Exercise aim —
From the listing below, copy out every line where the word "None" appears.
···
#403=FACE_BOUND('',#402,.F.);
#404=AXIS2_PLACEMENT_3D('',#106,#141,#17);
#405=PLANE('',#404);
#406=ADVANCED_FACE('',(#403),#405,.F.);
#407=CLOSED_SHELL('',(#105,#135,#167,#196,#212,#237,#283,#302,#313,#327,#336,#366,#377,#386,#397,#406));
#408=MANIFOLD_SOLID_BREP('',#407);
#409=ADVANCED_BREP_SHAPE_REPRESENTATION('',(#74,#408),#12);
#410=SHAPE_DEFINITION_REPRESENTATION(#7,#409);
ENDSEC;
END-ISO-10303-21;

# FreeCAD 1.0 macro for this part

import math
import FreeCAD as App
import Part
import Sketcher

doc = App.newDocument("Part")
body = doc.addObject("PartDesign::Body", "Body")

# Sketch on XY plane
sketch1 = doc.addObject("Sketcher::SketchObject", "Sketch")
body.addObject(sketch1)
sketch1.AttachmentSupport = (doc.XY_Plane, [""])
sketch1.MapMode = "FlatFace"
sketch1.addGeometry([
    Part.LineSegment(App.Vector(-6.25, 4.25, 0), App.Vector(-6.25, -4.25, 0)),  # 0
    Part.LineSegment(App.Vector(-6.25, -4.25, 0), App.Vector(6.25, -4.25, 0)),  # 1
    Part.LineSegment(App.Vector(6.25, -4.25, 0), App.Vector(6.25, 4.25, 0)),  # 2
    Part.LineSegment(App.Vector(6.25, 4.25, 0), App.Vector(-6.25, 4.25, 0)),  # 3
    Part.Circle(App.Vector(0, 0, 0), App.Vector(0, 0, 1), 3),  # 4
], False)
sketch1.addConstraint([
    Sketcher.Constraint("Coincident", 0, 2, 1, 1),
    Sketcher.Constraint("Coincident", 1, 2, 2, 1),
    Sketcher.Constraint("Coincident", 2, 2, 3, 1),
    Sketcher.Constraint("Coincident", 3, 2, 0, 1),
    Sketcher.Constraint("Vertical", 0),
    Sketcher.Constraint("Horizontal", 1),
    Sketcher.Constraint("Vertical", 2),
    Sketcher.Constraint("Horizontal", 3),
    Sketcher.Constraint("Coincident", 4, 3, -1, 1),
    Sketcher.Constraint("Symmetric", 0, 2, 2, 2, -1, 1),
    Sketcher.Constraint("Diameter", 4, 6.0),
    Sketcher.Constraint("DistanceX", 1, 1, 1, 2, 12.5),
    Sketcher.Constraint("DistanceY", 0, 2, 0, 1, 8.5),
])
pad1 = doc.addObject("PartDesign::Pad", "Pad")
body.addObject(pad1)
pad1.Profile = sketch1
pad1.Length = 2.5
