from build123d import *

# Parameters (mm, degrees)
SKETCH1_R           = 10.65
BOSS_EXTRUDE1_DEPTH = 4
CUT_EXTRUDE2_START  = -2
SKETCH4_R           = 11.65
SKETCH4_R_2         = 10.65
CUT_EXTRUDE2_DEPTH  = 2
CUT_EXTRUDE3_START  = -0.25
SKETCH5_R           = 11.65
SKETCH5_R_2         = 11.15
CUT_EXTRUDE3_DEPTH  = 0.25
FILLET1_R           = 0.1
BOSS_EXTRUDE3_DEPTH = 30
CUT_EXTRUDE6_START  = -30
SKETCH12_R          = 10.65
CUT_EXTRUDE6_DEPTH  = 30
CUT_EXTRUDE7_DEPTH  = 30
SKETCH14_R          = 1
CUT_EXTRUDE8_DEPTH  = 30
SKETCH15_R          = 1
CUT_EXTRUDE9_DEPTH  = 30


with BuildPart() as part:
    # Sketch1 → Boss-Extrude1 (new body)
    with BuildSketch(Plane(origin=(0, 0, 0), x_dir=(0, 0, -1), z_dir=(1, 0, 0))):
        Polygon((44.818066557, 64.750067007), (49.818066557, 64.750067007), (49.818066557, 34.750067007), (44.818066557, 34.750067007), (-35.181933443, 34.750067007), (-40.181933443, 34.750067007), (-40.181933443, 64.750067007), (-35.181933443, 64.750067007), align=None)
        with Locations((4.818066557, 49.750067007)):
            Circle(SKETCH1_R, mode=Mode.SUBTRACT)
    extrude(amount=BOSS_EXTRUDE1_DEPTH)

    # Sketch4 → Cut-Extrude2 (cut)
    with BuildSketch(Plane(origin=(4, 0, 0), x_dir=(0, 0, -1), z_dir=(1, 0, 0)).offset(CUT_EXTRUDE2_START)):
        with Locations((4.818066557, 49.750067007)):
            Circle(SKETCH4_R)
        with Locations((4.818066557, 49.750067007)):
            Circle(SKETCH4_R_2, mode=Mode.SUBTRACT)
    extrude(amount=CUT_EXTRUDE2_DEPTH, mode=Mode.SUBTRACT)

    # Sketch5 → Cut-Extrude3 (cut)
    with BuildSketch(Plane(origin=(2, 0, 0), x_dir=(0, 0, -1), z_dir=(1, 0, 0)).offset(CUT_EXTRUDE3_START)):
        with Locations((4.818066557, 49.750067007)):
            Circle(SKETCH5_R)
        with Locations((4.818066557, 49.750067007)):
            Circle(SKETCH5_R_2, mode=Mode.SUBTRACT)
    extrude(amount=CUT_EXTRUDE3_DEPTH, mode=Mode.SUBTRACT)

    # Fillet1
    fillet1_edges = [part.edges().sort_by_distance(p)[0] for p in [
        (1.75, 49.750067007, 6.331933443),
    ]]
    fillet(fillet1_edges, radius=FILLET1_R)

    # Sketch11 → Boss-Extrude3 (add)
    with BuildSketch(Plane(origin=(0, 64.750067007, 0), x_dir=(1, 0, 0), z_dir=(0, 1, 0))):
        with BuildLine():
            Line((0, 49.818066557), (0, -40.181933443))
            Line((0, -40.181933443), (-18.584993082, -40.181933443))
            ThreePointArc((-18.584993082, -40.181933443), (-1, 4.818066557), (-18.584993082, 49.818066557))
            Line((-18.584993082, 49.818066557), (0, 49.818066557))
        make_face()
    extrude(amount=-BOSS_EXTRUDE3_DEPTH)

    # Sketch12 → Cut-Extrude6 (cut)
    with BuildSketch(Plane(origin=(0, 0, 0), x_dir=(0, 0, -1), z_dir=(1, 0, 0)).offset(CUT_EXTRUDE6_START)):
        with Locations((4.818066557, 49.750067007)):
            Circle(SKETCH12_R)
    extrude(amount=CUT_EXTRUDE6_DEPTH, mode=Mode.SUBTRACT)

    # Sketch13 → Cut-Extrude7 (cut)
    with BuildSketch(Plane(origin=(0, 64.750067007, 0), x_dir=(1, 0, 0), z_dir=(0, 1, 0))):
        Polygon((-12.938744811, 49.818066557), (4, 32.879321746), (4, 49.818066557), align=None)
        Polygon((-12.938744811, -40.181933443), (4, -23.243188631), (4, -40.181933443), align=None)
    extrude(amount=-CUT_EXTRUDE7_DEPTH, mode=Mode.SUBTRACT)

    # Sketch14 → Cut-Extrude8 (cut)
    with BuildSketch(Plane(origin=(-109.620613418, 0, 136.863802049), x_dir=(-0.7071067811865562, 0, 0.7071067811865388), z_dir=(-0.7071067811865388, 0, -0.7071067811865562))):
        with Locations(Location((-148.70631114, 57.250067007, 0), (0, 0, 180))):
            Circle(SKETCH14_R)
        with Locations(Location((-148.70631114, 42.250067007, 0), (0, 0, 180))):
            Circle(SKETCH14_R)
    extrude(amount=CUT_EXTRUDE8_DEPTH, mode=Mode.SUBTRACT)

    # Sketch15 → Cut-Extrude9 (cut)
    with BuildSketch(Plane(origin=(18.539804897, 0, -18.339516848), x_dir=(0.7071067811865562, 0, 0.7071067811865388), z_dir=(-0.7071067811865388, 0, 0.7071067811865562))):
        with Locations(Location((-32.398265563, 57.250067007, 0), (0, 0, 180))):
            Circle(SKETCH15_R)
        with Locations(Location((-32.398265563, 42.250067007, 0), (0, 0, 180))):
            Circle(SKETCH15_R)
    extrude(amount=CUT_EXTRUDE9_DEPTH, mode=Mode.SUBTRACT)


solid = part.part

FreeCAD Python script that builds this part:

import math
import FreeCAD as App
import Part
import Sketcher
from FreeCAD import Vector
Q = App.Units.Quantity


def edges_at(feature, points):
    """Names of the edges that pass closest to the given points."""
    edges = feature.Shape.Edges
    near = lambda p: min(range(len(edges)), key=lambda i: edges[i].distToShape(Part.Vertex(*p))[0])
    return sorted({f"Edge{near(p) + 1}" for p in points})


def add_polygon(sketch, points):
    """Adds a closed chain of lines whose ends are joined by coincident constraints."""
    first, n = sketch.GeometryCount, len(points)
    for a, b in zip(points, points[1:] + points[:1]):
        sketch.addGeometry(Part.LineSegment(App.Vector(*a, 0), App.Vector(*b, 0)), False)
    for i in range(n):
        sketch.addConstraint(Sketcher.Constraint("Coincident", first + i, 2, first + (i + 1) % n, 1))

doc = App.newDocument("Part")
params = doc.addObject("Spreadsheet::Sheet", "Params")
for row, (alias, value) in enumerate([
    ("sketch1_diameter", "21.3 mm"),
    ("sketch1_width", "30 mm"),
    ("sketch1_height", "90 mm"),
    ("pad1_length", "4 mm"),
    ("sketch2_diameter", "23.3 mm"),
    ("sketch2_diameter2", "21.3 mm"),
    ("pocket1_length", "2 mm"),
    ("sketch3_diameter", "23.3 mm"),
    ("sketch3_diameter2", "22.3 mm"),
    ("pocket2_length", "0.25 mm"),
    ("fillet_radius", "0.1 mm"),
    ("sketch4_height", "90 mm"),
    ("sketch4_radius", "66.37 mm"),
    ("pad2_length", "30 mm"),
    ("sketch5_diameter", "21.3 mm"),
    ("pocket3_length", "30 mm"),
    ("pocket4_length", "30 mm"),
    ("sketch7_diameter", "2 mm"),
    ("pocket5_length", "30 mm"),
    ("sketch8_diameter", "2 mm"),
    ("pocket6_length", "30 mm"),
], start=1):
    params.set(f"A{row}", alias)
    params.set(f"B{row}", "=" + value)
    params.setAlias(f"B{row}", alias)

body = doc.addObject("PartDesign::Body", "Body")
···
Exercise response —
        Polygon((44.818066557, 64.750067007), (49.818066557, 64.750067007), (49.818066557, 34.750067007), (44.818066557, 34.750067007), (-35.181933443, 34.750067007), (-40.181933443, 34.750067007), (-40.181933443, 64.750067007), (-35.181933443, 64.750067007), align=None)
        Polygon((-12.938744811, 49.818066557), (4, 32.879321746), (4, 49.818066557), align=None)
        Polygon((-12.938744811, -40.181933443), (4, -23.243188631), (4, -40.181933443), align=None)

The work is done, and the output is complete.